# Third Age: Total War - Herr der Ringe-Mod für Medieval 2 erscheint in Version 3.0 - Screenshots von Minas Tirith und Co.



## DH (16. Dezember 2011)

Jetzt ist Deine Meinung zu *Third Age: Total War - Herr der Ringe-Mod für Medieval 2 erscheint in Version 3.0 - Screenshots von Minas Tirith und Co.* gefragt. 


				Bitte beachtet: Der Kommentarbereich wird gemäß der Forenregeln moderiert.

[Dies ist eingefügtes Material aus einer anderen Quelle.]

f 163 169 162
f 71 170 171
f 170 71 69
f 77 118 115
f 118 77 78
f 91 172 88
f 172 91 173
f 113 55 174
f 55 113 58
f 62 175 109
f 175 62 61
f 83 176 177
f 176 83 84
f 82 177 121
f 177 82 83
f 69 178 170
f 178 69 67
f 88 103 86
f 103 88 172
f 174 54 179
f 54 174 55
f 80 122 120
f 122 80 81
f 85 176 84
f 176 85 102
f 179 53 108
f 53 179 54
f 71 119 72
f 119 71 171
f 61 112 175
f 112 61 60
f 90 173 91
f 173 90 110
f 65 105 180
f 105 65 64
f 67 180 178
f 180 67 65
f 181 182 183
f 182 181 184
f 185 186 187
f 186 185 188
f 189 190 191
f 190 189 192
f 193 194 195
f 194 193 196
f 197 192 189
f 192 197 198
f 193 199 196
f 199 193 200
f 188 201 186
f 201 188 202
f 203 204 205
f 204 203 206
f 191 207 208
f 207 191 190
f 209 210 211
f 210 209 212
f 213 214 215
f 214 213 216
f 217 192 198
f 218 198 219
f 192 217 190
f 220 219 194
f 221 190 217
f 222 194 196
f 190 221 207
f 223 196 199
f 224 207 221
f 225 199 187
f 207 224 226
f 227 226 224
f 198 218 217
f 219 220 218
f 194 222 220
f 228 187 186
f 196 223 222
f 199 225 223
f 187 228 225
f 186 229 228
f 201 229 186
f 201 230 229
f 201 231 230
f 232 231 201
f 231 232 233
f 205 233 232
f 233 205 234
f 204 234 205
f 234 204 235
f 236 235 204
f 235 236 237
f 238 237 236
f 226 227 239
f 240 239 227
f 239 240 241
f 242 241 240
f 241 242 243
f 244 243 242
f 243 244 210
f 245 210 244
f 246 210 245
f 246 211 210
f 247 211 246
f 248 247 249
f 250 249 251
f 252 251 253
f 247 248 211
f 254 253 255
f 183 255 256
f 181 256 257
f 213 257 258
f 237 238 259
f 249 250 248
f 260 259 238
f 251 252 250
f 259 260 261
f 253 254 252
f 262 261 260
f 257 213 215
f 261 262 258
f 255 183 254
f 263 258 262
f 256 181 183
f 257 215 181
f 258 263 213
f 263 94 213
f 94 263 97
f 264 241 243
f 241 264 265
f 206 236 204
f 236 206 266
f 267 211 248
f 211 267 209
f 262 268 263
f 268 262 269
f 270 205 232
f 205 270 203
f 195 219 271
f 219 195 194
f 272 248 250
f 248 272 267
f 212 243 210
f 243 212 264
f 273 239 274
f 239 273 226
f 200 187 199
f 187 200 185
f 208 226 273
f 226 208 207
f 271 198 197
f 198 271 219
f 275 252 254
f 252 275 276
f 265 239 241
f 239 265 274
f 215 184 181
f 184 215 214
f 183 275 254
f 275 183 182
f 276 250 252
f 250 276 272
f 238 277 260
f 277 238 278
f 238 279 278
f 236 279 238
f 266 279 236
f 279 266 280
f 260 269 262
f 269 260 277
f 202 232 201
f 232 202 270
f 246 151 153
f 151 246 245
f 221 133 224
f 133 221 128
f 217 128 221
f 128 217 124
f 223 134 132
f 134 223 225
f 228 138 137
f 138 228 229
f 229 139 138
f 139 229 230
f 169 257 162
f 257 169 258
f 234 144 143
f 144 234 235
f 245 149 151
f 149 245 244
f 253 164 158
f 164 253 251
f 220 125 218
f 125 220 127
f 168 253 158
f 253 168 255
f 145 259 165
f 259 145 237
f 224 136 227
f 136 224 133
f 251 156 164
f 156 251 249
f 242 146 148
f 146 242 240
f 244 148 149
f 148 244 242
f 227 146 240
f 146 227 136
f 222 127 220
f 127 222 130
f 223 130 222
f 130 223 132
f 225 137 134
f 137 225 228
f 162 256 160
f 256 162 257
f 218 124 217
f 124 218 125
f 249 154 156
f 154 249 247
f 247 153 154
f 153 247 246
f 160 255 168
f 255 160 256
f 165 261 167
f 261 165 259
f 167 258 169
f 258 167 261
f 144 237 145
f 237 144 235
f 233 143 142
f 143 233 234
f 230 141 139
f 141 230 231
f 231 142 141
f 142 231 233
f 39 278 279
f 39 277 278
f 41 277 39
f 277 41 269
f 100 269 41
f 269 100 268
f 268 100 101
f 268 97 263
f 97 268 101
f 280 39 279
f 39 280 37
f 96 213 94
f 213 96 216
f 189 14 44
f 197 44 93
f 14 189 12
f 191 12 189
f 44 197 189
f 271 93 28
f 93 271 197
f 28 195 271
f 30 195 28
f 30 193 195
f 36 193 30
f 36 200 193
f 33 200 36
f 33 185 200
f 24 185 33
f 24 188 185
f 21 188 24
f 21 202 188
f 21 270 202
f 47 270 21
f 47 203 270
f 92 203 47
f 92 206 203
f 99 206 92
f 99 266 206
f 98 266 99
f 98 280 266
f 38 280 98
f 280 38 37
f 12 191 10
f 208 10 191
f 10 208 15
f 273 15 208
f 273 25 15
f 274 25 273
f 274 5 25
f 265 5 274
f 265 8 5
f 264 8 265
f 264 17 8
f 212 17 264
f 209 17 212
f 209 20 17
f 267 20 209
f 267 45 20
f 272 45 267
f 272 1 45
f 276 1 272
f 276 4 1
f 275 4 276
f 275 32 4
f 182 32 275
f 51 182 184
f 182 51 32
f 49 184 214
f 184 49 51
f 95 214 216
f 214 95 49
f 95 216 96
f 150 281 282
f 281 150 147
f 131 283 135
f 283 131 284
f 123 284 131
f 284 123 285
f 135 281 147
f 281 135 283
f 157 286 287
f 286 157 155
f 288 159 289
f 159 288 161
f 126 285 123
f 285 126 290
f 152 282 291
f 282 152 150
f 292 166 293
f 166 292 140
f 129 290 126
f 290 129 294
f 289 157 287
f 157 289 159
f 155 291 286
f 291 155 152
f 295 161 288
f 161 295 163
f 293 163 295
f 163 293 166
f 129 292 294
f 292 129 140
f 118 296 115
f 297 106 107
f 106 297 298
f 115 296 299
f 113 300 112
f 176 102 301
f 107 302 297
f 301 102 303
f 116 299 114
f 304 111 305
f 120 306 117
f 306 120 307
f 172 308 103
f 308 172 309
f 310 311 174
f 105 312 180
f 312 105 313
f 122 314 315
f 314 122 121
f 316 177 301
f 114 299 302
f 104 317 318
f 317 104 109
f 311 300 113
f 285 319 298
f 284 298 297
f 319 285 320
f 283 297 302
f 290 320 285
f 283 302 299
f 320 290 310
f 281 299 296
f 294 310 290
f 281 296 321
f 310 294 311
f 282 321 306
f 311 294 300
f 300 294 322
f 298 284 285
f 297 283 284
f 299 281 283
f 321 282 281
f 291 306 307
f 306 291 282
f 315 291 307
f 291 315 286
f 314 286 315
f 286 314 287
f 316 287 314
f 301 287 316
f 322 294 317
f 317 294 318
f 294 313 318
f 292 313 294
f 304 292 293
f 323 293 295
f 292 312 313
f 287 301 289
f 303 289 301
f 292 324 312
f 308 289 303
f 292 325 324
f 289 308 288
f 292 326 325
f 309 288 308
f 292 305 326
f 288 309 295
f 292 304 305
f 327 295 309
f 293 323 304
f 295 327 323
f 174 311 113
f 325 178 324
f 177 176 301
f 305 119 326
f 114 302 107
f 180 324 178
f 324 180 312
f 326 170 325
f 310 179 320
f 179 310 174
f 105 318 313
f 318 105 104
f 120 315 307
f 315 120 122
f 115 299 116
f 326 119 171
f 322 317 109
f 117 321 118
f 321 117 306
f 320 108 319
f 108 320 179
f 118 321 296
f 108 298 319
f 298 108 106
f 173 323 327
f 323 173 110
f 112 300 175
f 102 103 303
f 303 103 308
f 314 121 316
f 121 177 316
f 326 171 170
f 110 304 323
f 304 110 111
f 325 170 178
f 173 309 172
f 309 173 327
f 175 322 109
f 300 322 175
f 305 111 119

			Dieser Inhalt steht nur eingeloggten Mitgliedern zur Verfügung.
        

 Zum Artikel: Third Age: Total War - Herr der Ringe-Mod für Medieval 2 erscheint in Version 3.0 - Screenshots von Minas Tirith und Co.


----------



## Emke (16. Dezember 2011)

Ich frag mich schon seit ein paar Minuten was ich wieder auspacken sollte. Jetzt weiß ich was es sein wird


----------



## GeBuch (16. Dezember 2011)

Eine der besten Mods überhaupt. Ich hab seitdem die v3.0 vor 3 Tagen erschien bereits in mehreren Siedlungen Gefechte gehabt, am besten hat mir bisher Moria gefallen, wobei auch die anderen ziemlich gut sind und man alle sofort erkennt.


----------



## Peter Bathge (16. Dezember 2011)

Angesichts der mittlerweile technisch beschränkten Engine ist das Ergebnis echt klasse - würde mich nicht wundern, wenn Entwickler des Mods in Bälde professionell in die Spielebranche einsteigen. Nur schade, dass es offenbar keine Original-Filmmusik gibt - höchstwahrscheinlich aus Lizenzgründen


----------



## Shadow_Man (16. Dezember 2011)

Immer wieder erstaunlich, was manche Modteams zustande bringen


----------



## GeBuch (16. Dezember 2011)

PeterBathge schrieb:


> Angesichts der mittlerweile technisch beschränkten Engine ist das Ergebnis echt klasse - würde mich nicht wundern, wenn Entwickler des Mods in Bälde professionell in die Spielebranche einsteigen. Nur schade, dass es offenbar keine Original-Filmmusik gibt - höchstwahrscheinlich aus Lizenzgründen


 
Eine Sub-Mod welche das ändert dürfte in dieser Sammlung enthalten sein: http://www.twcenter.net
Leider ist noch keine neue Version erhältlich, aber einige der Modder haben bereits Status Meldungen abgegeben und mit etwas Glück werden die meisten Sub-Mods noch vor Weihnachten aktualisiert sein, ansonsten halt im neuen Jahr.


----------



## Sturm-ins-Sperrfeuer (17. Dezember 2011)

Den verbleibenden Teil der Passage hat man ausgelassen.